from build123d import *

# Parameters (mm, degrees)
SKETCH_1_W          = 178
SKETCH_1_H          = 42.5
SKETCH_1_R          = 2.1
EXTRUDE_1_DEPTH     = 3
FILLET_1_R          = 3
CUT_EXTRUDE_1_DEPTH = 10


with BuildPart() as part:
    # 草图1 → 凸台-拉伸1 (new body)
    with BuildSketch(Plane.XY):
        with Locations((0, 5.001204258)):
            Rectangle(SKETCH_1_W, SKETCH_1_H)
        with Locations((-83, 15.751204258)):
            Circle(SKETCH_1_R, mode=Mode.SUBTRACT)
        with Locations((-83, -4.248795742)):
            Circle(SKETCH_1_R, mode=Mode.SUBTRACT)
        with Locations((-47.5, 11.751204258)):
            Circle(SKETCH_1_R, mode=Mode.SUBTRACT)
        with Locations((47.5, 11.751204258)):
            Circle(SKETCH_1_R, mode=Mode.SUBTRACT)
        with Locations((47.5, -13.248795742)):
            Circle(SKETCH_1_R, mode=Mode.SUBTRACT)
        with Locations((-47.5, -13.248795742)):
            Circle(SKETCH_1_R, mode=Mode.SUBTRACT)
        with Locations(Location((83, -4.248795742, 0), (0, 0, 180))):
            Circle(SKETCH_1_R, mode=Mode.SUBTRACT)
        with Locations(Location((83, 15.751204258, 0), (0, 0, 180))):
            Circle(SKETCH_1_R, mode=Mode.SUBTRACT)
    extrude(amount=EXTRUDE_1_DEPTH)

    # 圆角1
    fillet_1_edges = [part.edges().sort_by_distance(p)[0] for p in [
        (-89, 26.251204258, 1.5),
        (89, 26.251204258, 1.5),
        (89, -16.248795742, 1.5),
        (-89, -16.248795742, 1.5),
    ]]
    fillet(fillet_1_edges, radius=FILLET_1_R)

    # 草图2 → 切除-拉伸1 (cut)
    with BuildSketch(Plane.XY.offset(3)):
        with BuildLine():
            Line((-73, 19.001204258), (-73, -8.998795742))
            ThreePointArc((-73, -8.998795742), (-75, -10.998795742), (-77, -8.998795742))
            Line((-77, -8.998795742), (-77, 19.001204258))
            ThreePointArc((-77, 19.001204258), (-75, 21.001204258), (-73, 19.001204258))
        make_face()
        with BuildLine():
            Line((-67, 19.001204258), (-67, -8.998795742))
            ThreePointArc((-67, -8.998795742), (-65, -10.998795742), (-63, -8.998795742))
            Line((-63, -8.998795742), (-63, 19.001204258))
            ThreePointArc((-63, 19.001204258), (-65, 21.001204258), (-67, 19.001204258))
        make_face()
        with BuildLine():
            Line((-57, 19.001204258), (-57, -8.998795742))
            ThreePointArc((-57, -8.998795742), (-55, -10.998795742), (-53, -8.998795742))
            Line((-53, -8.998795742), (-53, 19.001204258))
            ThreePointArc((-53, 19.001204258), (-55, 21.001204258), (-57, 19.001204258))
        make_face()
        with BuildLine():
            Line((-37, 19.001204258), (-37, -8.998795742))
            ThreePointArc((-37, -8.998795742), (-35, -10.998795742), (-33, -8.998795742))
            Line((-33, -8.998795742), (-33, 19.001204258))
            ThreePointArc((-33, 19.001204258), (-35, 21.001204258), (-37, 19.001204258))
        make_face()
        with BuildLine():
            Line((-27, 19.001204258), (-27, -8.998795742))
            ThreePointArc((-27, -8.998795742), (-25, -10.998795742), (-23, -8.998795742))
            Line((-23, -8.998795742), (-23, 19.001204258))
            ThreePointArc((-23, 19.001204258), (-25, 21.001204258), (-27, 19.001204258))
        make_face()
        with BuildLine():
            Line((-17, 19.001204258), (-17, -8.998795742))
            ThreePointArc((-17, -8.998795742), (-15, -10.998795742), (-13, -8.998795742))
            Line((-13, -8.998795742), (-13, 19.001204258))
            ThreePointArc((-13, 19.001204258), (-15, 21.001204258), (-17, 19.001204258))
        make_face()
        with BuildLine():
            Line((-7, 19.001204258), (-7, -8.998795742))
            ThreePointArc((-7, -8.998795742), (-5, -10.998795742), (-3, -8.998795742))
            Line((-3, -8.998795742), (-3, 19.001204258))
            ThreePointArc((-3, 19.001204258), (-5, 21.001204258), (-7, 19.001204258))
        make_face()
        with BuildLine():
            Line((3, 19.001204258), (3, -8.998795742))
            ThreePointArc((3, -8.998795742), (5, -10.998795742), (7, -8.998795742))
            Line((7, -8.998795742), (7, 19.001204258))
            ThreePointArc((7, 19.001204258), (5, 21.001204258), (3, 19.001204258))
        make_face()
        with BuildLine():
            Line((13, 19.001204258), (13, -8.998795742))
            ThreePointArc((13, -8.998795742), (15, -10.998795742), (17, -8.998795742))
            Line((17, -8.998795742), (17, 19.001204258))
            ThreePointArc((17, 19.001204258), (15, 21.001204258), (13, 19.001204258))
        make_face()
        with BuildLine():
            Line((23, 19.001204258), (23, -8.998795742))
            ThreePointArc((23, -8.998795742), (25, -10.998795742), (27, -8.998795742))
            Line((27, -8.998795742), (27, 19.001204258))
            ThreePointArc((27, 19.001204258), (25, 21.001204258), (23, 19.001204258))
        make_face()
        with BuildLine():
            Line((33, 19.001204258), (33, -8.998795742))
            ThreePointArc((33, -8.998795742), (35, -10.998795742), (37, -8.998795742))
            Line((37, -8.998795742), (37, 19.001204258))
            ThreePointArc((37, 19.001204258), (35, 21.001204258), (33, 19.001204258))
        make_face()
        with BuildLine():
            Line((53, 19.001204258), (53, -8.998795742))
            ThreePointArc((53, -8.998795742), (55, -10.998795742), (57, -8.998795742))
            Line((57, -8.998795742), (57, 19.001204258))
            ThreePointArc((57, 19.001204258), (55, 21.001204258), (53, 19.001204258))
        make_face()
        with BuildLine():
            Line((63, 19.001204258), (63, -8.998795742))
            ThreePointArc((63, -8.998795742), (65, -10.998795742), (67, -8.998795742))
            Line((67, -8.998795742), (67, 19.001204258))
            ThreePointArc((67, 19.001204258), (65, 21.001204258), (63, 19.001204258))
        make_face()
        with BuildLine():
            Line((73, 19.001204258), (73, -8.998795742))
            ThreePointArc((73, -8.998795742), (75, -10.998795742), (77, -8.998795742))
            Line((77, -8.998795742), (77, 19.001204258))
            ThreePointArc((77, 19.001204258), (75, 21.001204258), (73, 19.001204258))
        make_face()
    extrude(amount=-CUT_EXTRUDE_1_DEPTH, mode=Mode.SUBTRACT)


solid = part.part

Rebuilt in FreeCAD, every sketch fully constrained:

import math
import FreeCAD as App
import Part
import Sketcher
from FreeCAD import Vector
Q = App.Units.Quantity


def edges_at(feature, points):
    """Names of the edges that pass closest to the given points."""
    edges = feature.Shape.Edges
    near = lambda p: min(range(len(edges)), key=lambda i: edges[i].distToShape(Part.Vertex(*p))[0])
    return sorted({f"Edge{near(p) + 1}" for p in points})

doc = App.newDocument("Part")
body = doc.addObject("PartDesign::Body", "Body")

# Sketch on XY plane
sketch1 = body.newObject("Sketcher::SketchObject", "Sketch")
sketch1.AttachmentSupport = (doc.getObject("XY_Plane"), [""])
sketch1.MapMode = "FlatFace"
sketch1.addGeometry([
    Part.LineSegment(Vector(-89, 26.3, 0), Vector(-89, -16.2, 0)),  # 0
    Part.LineSegment(Vector(-89, -16.2, 0), Vector(89, -16.2, 0)),  # 1
    Part.LineSegment(Vector(89, -16.2, 0), Vector(89, 26.3, 0)),  # 2
    Part.LineSegment(Vector(89, 26.3, 0), Vector(-89, 26.3, 0)),  # 3
    Part.Circle(Vector(-47.5, -13.2, 0), Vector(0, 0, 1), 2.1),  # 4
    Part.Circle(Vector(-83, -4.2, 0), Vector(0, 0, 1), 2.1),  # 5
    Part.Circle(Vector(47.5, -13.2, 0), Vector(0, 0, 1), 2.1),  # 6
    Part.Circle(Vector(83, -4.2, 0), Vector(0, 0, 1), 2.1),  # 7
    Part.Circle(Vector(-47.5, 11.8, 0), Vector(0, 0, 1), 2.1),  # 8
    Part.Circle(Vector(-83, 15.8, 0), Vector(0, 0, 1), 2.1),  # 9
    Part.Circle(Vector(47.5, 11.8, 0), Vector(0, 0, 1), 2.1),  # 10
    Part.Circle(Vector(83, 15.8, 0), Vector(0, 0, 1), 2.1),  # 11
], False)
sketch1.addConstraint([
    Sketcher.Constraint("Coincident", 0, 2, 1, 1),
    Sketcher.Constraint("Coincident", 1, 2, 2, 1),
    Sketcher.Constraint("Coincident", 2, 2, 3, 1),
    Sketcher.Constraint("Coincident", 3, 2, 0, 1),
    Sketcher.Constraint("Vertical", 0),
    Sketcher.Constraint("Horizontal", 1),
    Sketcher.Constraint("Vertical", 2),
    Sketcher.Constraint("Horizontal", 3),
    Sketcher.Constraint("Equal", 4, 5),
    Sketcher.Constraint("Equal", 5, 6),
    Sketcher.Constraint("Equal", 6, 7),
    Sketcher.Constraint("Equal", 7, 8),
    Sketcher.Constraint("Equal", 8, 9),
    Sketcher.Constraint("Equal", 9, 10),
    Sketcher.Constraint("Equal", 10, 11),
    Sketcher.Constraint("Symmetric", 4, 3, 6, 3, -2),
    Sketcher.Constraint("Symmetric", 5, 3, 7, 3, -2),
    Sketcher.Constraint("Symmetric", 8, 3, 10, 3, -2),
    Sketcher.Constraint("Symmetric", 9, 3, 11, 3, -2),
    Sketcher.Constraint("Vertical", 4, 3, 8, 3),
    Sketcher.Constraint("Vertical", 5, 3, 9, 3),
    Sketcher.Constraint("Diameter", 4, Q("4.2 mm")),
    Sketcher.Constraint("DistanceX", 1, 1, 1, 2, Q("178 mm")),
    Sketcher.Constraint("DistanceY", 0, 2, 0, 1, Q("42.5 mm")),
    Sketcher.Constraint("DistanceX", 5, 3, -1, 1, Q("83 mm")),
    Sketcher.Constraint("DistanceX", 0, 2, -1, 1, Q("89 mm")),
    Sketcher.Constraint("DistanceY", 4, 3, 5, 3, Q("9 mm")),
    Sketcher.Constraint("DistanceX", 4, 3, 6, 3, Q("95 mm")),
    Sketcher.Constraint("DistanceY", 4, 3, 8, 3, Q("25 mm")),
    Sketcher.Constraint("DistanceY", 5, 3, 9, 3, Q("20 mm")),
    Sketcher.Constraint("DistanceY", 0, 2, 5, 3, Q("12 mm")),
    Sketcher.Constraint("DistanceY", 4, 3, -1, 1, Q("13.248796 mm")),
])
pad1 = body.newObject("PartDesign::Pad", "Pad")
pad1.Profile = sketch1
pad1.Length = 3
doc.recompute()
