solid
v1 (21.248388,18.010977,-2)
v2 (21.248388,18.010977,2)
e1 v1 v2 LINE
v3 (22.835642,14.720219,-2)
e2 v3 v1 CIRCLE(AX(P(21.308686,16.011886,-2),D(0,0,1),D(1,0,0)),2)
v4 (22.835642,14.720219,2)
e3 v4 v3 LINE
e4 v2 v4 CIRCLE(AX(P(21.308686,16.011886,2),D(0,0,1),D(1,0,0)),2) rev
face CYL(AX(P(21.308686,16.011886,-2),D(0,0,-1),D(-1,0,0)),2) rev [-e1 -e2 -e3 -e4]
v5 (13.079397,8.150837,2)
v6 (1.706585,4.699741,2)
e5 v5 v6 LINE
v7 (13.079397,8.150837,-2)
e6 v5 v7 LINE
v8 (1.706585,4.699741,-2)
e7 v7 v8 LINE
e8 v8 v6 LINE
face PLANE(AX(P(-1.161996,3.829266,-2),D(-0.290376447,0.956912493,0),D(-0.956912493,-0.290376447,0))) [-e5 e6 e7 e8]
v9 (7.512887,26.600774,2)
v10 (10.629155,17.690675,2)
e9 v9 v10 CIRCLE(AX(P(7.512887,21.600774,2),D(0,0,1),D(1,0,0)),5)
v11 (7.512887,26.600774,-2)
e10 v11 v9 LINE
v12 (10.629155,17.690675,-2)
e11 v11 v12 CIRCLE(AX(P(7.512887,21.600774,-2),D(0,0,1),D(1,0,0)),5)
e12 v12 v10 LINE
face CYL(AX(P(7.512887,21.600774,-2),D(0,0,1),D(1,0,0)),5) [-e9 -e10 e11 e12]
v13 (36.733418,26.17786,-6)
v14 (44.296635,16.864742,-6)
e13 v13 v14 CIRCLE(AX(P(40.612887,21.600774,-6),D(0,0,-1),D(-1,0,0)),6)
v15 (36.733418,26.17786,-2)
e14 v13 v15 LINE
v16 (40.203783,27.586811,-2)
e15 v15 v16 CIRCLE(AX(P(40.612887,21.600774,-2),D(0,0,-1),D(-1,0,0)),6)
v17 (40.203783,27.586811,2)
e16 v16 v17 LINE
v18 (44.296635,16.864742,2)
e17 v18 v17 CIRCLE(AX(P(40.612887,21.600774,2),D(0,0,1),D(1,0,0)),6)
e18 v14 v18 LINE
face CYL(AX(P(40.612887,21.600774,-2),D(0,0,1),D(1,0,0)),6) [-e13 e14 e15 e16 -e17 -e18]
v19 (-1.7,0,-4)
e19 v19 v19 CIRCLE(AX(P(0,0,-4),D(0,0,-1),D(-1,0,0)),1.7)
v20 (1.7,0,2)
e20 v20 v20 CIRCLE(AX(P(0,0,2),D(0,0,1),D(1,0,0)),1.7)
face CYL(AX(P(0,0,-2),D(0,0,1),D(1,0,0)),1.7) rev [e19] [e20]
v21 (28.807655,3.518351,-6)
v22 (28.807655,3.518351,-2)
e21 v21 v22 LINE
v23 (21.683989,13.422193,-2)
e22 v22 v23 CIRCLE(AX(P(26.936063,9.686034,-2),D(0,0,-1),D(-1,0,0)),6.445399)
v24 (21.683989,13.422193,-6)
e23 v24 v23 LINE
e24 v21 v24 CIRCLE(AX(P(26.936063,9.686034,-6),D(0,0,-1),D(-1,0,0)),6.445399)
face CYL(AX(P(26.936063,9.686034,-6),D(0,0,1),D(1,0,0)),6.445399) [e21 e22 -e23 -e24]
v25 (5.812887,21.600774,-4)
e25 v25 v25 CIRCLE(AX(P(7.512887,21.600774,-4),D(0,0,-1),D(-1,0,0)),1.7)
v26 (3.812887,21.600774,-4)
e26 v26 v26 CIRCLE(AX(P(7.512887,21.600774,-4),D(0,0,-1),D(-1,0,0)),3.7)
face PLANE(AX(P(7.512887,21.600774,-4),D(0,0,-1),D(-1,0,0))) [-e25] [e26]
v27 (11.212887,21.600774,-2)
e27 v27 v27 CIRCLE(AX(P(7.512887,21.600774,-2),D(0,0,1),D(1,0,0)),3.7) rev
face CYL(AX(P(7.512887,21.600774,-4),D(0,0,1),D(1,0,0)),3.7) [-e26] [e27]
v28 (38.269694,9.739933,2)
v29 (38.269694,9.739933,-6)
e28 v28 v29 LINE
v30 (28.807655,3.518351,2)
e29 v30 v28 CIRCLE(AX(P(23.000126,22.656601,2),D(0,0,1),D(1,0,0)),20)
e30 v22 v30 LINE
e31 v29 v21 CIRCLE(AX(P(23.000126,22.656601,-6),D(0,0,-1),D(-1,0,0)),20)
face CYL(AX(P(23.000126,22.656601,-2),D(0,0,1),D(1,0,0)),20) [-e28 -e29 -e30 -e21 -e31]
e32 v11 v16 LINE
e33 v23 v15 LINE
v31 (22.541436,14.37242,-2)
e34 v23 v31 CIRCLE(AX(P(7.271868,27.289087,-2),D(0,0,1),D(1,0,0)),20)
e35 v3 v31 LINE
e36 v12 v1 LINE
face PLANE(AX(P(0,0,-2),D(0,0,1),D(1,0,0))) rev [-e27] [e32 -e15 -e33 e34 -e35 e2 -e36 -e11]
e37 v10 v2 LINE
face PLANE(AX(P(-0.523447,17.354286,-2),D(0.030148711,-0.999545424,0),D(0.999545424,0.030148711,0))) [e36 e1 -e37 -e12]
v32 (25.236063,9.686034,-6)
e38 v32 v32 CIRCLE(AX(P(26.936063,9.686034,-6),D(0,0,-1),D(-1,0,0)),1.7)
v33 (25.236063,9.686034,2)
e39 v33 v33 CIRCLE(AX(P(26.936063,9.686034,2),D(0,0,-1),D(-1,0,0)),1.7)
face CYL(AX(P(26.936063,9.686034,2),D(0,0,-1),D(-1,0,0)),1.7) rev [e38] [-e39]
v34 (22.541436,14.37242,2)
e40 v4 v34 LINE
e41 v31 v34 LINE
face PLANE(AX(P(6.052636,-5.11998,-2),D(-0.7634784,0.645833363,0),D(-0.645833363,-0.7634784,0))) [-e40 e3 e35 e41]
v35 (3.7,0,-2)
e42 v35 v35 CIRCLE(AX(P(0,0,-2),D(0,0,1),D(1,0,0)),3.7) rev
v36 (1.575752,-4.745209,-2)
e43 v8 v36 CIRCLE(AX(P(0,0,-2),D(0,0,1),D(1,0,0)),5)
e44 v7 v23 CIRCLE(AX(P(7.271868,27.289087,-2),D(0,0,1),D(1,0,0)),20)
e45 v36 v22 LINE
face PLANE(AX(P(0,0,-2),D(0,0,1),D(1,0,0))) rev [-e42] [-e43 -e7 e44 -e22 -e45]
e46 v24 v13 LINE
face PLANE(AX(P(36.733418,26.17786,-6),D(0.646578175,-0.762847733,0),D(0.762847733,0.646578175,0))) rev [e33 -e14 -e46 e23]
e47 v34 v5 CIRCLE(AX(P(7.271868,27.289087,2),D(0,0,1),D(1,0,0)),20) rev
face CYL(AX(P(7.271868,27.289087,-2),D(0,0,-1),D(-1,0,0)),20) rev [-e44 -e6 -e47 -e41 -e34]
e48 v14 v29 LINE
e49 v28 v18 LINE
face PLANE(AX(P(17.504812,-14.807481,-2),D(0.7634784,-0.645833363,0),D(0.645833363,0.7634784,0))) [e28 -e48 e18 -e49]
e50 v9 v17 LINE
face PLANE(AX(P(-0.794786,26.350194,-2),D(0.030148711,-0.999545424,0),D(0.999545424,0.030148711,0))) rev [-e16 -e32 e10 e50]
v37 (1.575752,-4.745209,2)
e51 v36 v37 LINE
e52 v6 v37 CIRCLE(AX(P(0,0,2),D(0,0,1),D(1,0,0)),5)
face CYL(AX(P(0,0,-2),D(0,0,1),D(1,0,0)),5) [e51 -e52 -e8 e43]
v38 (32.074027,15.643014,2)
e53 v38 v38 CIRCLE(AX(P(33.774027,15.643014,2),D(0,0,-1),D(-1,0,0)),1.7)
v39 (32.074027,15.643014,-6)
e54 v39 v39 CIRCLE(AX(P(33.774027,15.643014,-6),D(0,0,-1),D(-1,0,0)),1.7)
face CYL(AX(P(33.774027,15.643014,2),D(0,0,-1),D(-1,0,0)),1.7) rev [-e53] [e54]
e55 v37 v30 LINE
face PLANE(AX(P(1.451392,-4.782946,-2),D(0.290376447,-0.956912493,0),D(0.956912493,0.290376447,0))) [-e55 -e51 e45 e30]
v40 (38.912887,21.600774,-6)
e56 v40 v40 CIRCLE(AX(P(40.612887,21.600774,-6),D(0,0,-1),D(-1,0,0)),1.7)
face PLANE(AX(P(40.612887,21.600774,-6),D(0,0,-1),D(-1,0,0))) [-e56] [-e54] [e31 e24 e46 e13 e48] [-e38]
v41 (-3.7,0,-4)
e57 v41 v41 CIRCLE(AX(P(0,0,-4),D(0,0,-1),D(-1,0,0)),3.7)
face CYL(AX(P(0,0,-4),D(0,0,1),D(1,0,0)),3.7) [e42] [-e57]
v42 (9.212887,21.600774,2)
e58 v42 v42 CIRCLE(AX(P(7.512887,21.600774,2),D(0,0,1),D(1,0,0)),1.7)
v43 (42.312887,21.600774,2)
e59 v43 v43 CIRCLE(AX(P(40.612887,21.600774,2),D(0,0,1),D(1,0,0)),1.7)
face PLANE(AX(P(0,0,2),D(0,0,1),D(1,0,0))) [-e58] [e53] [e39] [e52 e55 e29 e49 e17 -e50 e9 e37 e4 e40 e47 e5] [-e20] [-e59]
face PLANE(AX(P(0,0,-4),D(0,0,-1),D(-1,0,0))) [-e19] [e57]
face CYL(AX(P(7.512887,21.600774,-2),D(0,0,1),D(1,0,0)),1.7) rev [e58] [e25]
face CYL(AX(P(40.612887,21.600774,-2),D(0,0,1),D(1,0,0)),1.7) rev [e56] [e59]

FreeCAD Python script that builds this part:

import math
import FreeCAD as App
import Part
import Sketcher

V = App.Vector


def edges_at(feature, points):
    """Names of the edges that pass closest to the given points."""
    edges = feature.Shape.Edges
    near = lambda p: min(range(len(edges)), key=lambda i: edges[i].distToShape(Part.Vertex(*p))[0])
    return sorted({f"Edge{near(p) + 1}" for p in points})

doc = App.newDocument("Part")
body = doc.addObject("PartDesign::Body", "Body")

# Sketch on XY plane
sketch1 = body.newObject("Sketcher::SketchObject", "Sketch")
sketch1.AttachmentSupport = (doc.getObject("XY_Plane"), [""])
sketch1.MapMode = "FlatFace"
sketch1.addGeometry(Part.LineSegment(V(1.575752, -4.745209, 0), V(34.456925, 5.23263, 0)), False)
sketch1.addGeometry(Part.LineSegment(V(34.456925, 5.23263, 0), V(44.296635, 16.864742, 0)), False)
sketch1.addGeometry(Part.ArcOfCircle(Part.Circle(V(40.612887, 21.600774, 0), V(0, 0, 1), 6), math.radians(-52.123748), math.radians(93.909686)), False)
sketch1.addGeometry(Part.LineSegment(V(40.203783, 27.586811, 0), V(7.512887, 26.600774, 0)), False)
sketch1.addGeometry(Part.ArcOfCircle(Part.Circle(V(7.512887, 21.600774, 0), V(0, 0, 1), 5), math.radians(90), math.radians(308.554123)), False)
sketch1.addGeometry(Part.LineSegment(V(10.629155, 17.690675, 0), V(25.733767, 18.146267, 0)), False)
sketch1.addGeometry(Part.LineSegment(V(25.733767, 18.146267, 0), V(18.728666, 9.865116, 0)), False)
sketch1.addGeometry(Part.LineSegment(V(18.728666, 9.865116, 0), V(1.706585, 4.699741, 0)), False)
sketch1.addGeometry(Part.ArcOfCircle(Part.Circle(V(0, 0, 0), V(0, 0, 1), 5), math.radians(70.042871), math.radians(288.369897)), False)
sketch1.addGeometry(Part.Circle(V(0, 0, 0), V(0, 0, 1), 1.7), False)
sketch1.addGeometry(Part.Circle(V(7.512887, 21.600774, 0), V(0, 0, 1), 1.7), False)
sketch1.addGeometry(Part.Circle(V(40.612887, 21.600774, 0), V(0, 0, 1), 1.7), False)
sketch1.addConstraint(Sketcher.Constraint("Coincident", 0, 2, 1, 1))
sketch1.addConstraint(Sketcher.Constraint("Coincident", 1, 2, 2, 1))
sketch1.addConstraint(Sketcher.Constraint("Coincident", 2, 2, 3, 1))
sketch1.addConstraint(Sketcher.Constraint("Coincident", 3, 2, 4, 1))
sketch1.addConstraint(Sketcher.Constraint("Coincident", 4, 2, 5, 1))
sketch1.addConstraint(Sketcher.Constraint("Coincident", 5, 2, 6, 1))
sketch1.addConstraint(Sketcher.Constraint("Coincident", 6, 2, 7, 1))
sketch1.addConstraint(Sketcher.Constraint("Coincident", 7, 2, 8, 1))
sketch1.addConstraint(Sketcher.Constraint("Coincident", 8, 2, 0, 1))
sketch1.addConstraint(Sketcher.Constraint("Coincident", 8, 3, -1, 1))
sketch1.addConstraint(Sketcher.Constraint("Coincident", 9, 3, -1, 1))
sketch1.addConstraint(Sketcher.Constraint("Coincident", 10, 3, 4, 3))
sketch1.addConstraint(Sketcher.Constraint("Coincident", 11, 3, 2, 3))
sketch1.addConstraint(Sketcher.Constraint("Radius", 2, 6.0))
sketch1.addConstraint(Sketcher.Constraint("Radius", 4, 5.0))
sketch1.addConstraint(Sketcher.Constraint("Radius", 8, 5.0))
sketch1.addConstraint(Sketcher.Constraint("Diameter", 9, 3.4))
sketch1.addConstraint(Sketcher.Constraint("Diameter", 10, 3.4))
sketch1.addConstraint(Sketcher.Constraint("Diameter", 11, 3.4))
sketch1.addConstraint(Sketcher.Constraint("DistanceX", 4, 3, 2, 3, 33.1))
sketch1.addConstraint(Sketcher.Constraint("DistanceY", 4, 2, 4, 3, 3.910099))
sketch1.addConstraint(Sketcher.Constraint("DistanceX", 6, 2, 5, 2, 7.005101))
sketch1.addConstraint(Sketcher.Constraint("Distance", 1, 15.23568))
sketch1.addConstraint(Sketcher.Constraint("Distance", 5, 15.111482))
sketch1.addConstraint(Sketcher.Constraint("DistanceY", -1, 1, 0, 2, 5.23263))
sketch1.addConstraint(Sketcher.Constraint("DistanceY", -1, 1, 2, 2, 27.586811))
sketch1.addConstraint(Sketcher.Constraint("DistanceY", -1, 1, 7, 2, 4.699741))
sketch1.addConstraint(Sketcher.Constraint("DistanceY", 8, 2, -1, 1, 4.745209))
sketch1.addConstraint(Sketcher.Constraint("DistanceX", 0, 2, 2, 3, 6.155962))
sketch1.addConstraint(Sketcher.Constraint("DistanceX", 2, 3, 1, 2, 3.683749))
sketch1.addConstraint(Sketcher.Constraint("DistanceY", 1, 2, 4, 3, 4.736032))
sketch1.addConstraint(Sketcher.Constraint("DistanceX", 3, 2, 4, 2, 3.116268))
sketch1.addConstraint(Sketcher.Constraint("DistanceY", 4, 2, 5, 2, 0.455592))
sketch1.addConstraint(Sketcher.Constraint("DistanceY", 6, 2, 5, 2, 8.281151))
sketch1.addConstraint(Sketcher.Constraint("DistanceX", 7, 2, 4, 2, 8.92257))
pad1 = body.newObject("PartDesign::Pad", "Pad")
pad1.Profile = sketch1
pad1.Type = "TwoLengths"
pad1.Length = 2
pad1.Length2 = 2
doc.recompute()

WHAT YOU ARE ASKED TO DO: Return each line from the material that includes the string "amount".

RESPONSE BOX:
    extrude(amount=EXTRUDE_1_DEPTH)
    extrude(amount=-CUT_EXTRUDE_1_DEPTH, mode=Mode.SUBTRACT)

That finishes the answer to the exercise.